Initializing a Puppeteer Browser Outside of Scraping Function

I am very new to puppeteer (I started today). I have some code that is working the way that I want it to except for an issue that I think is making it extremely inefficient. I have a function that links me through potentially thousands of urls that have incremental IDs to pull the name, position, and stats of each player and then inserts that data into a neDB database. Here is my code:
const puppeteer = require('puppeteer');
const Datastore = require('nedb');
const database = new Datastore('database.db');
database.loadDatabase();
async function scrapeProduct(url, id){
const browser = await puppeteer.launch();
const page = await browser.newPage();
await page.goto(url);
let attributes = [];
const [name] = await page.$x('//*[#id="ctl00_ctl00_ctl00_Main_Main_name"]');
const txt = await name.getProperty('innerText');
const playerName = await txt.jsonValue();
attributes.push(playerName);
//Make sure that there is a legitimate player profile before trying to pull a bunch of 'undefined' information.
if(playerName){
const [role] = await page.$x('//*[#id="ctl00_ctl00_ctl00_Main_Main_position"]');
const roleTxt = await role.getProperty('innerText');
const playerRole = await roleTxt.jsonValue();
attributes.push(playerRole);
//Loop through the 12 attributes and pull their values.

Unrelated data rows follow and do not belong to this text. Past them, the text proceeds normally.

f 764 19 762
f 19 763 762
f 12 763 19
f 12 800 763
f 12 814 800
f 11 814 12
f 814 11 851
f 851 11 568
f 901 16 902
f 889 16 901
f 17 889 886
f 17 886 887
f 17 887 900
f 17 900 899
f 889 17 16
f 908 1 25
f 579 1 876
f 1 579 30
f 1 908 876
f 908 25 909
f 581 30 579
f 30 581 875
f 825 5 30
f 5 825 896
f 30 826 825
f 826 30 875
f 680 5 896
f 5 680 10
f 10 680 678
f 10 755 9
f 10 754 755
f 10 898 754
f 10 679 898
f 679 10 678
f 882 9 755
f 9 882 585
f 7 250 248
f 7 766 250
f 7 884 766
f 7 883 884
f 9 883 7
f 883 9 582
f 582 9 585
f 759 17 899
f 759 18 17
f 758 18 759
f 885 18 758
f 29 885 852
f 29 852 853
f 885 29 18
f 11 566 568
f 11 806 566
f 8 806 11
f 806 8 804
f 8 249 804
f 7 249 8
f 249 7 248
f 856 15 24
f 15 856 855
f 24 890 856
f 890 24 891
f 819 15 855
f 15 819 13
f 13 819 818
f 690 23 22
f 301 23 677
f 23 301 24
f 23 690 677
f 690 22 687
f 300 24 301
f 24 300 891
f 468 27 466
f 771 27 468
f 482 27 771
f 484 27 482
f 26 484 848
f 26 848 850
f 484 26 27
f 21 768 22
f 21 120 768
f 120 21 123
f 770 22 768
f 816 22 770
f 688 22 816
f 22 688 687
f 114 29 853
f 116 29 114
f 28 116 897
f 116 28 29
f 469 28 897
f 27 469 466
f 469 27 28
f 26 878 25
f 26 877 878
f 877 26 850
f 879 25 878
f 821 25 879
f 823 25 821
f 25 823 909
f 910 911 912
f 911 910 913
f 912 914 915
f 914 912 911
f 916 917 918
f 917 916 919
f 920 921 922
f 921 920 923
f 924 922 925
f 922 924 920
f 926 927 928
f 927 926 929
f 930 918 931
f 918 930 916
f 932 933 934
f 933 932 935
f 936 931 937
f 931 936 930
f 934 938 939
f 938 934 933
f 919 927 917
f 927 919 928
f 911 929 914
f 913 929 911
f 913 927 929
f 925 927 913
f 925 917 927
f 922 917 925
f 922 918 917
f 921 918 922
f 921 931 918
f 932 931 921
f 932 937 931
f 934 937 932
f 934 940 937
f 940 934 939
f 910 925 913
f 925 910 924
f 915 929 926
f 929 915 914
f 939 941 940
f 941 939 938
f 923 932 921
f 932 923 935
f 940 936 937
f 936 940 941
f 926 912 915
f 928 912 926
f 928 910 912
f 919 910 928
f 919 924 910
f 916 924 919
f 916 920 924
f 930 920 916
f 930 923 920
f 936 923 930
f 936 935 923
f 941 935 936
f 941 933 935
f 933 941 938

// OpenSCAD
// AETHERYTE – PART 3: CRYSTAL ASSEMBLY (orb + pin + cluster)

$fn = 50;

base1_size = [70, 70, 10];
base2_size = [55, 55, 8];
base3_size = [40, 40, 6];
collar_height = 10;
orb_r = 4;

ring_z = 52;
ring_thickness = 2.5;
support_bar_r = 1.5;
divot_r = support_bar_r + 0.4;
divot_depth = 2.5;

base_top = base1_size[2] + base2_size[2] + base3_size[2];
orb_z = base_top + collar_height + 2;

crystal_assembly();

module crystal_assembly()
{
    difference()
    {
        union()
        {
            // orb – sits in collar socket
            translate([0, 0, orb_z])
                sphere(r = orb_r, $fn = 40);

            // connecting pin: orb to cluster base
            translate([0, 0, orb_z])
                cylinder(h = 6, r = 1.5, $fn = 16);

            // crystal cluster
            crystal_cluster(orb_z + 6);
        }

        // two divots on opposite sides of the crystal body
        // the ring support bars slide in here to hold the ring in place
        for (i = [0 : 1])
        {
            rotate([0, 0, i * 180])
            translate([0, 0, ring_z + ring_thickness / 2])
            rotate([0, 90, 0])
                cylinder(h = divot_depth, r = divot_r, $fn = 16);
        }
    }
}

for(let i = 1; i < 13; i++){
let vLink = '//*[#id="ctl00_ctl00_ctl00_Main_Main_SectionTabBox"]/div/div/div/div[1]/table/tbody/tr['+i+']/td[2]';
const [e1] = await page.$x(vLink);
const val = await e1.getProperty('innerText');
const skillVal = await val.jsonValue();
attributes.push(skillVal);
}
//Create a player profile to be pushed into the database. (I realize this is very wordy and ugly code)
let player = {
Name: attributes[0],
Role: attributes[1],
Athleticism: attributes[2],
Speed: attributes[3],
Durability: attributes[4],
Work_Ethic: attributes[5],
Stamina: attributes[6],
Strength: attributes[7],
Blocking: attributes[8],
Tackling: attributes[9],
Hands: attributes[10],
Game_Instinct: attributes[11],
Elusiveness: attributes[12],
Technique: attributes[13],
_id: id,
};
database.insert(player);
console.log('player #' + id + " scraped.");
await browser.close();
} else {
console.log("Blank profile");
await browser.close();
}
}
//Making sure the first URL is scraped before moving on to the next URL. (i removed the URL because its unreasonably long and is not important for this part).
(async () => {
for(let i = 0; i <= 1000; i++){
let link = 'https://url.com/Ratings.aspx?rid='+i+'&section=Ratings';
await scrapeProduct(link, i);
}
})();
What I think is making this so inefficient is the fact that everytime scrapeProduct() is called, i create a new browser and create a new page. Instead I believe it would be more efficient to create 1 browser and 1 page and just change the pages URL with
await page.goto(url)
I believe that in order to do what I'm trying to accomplish here, i need to move:
const browser = await puppeteer.launch();
const page = await browser.newPage();
outside of my scrapeProduct() function but i cannot seem to get this to work. Anytime I try i get an error in my function saying that page is not defined. I am very new to puppeteer (started today), I would appreciate any guidance on how to accomplish this. Thank you very much!
TL;DR
How do i create 1 Browser instance and 1 Page instance that a function can use repeatedly by only changing the await page.goto(url) function.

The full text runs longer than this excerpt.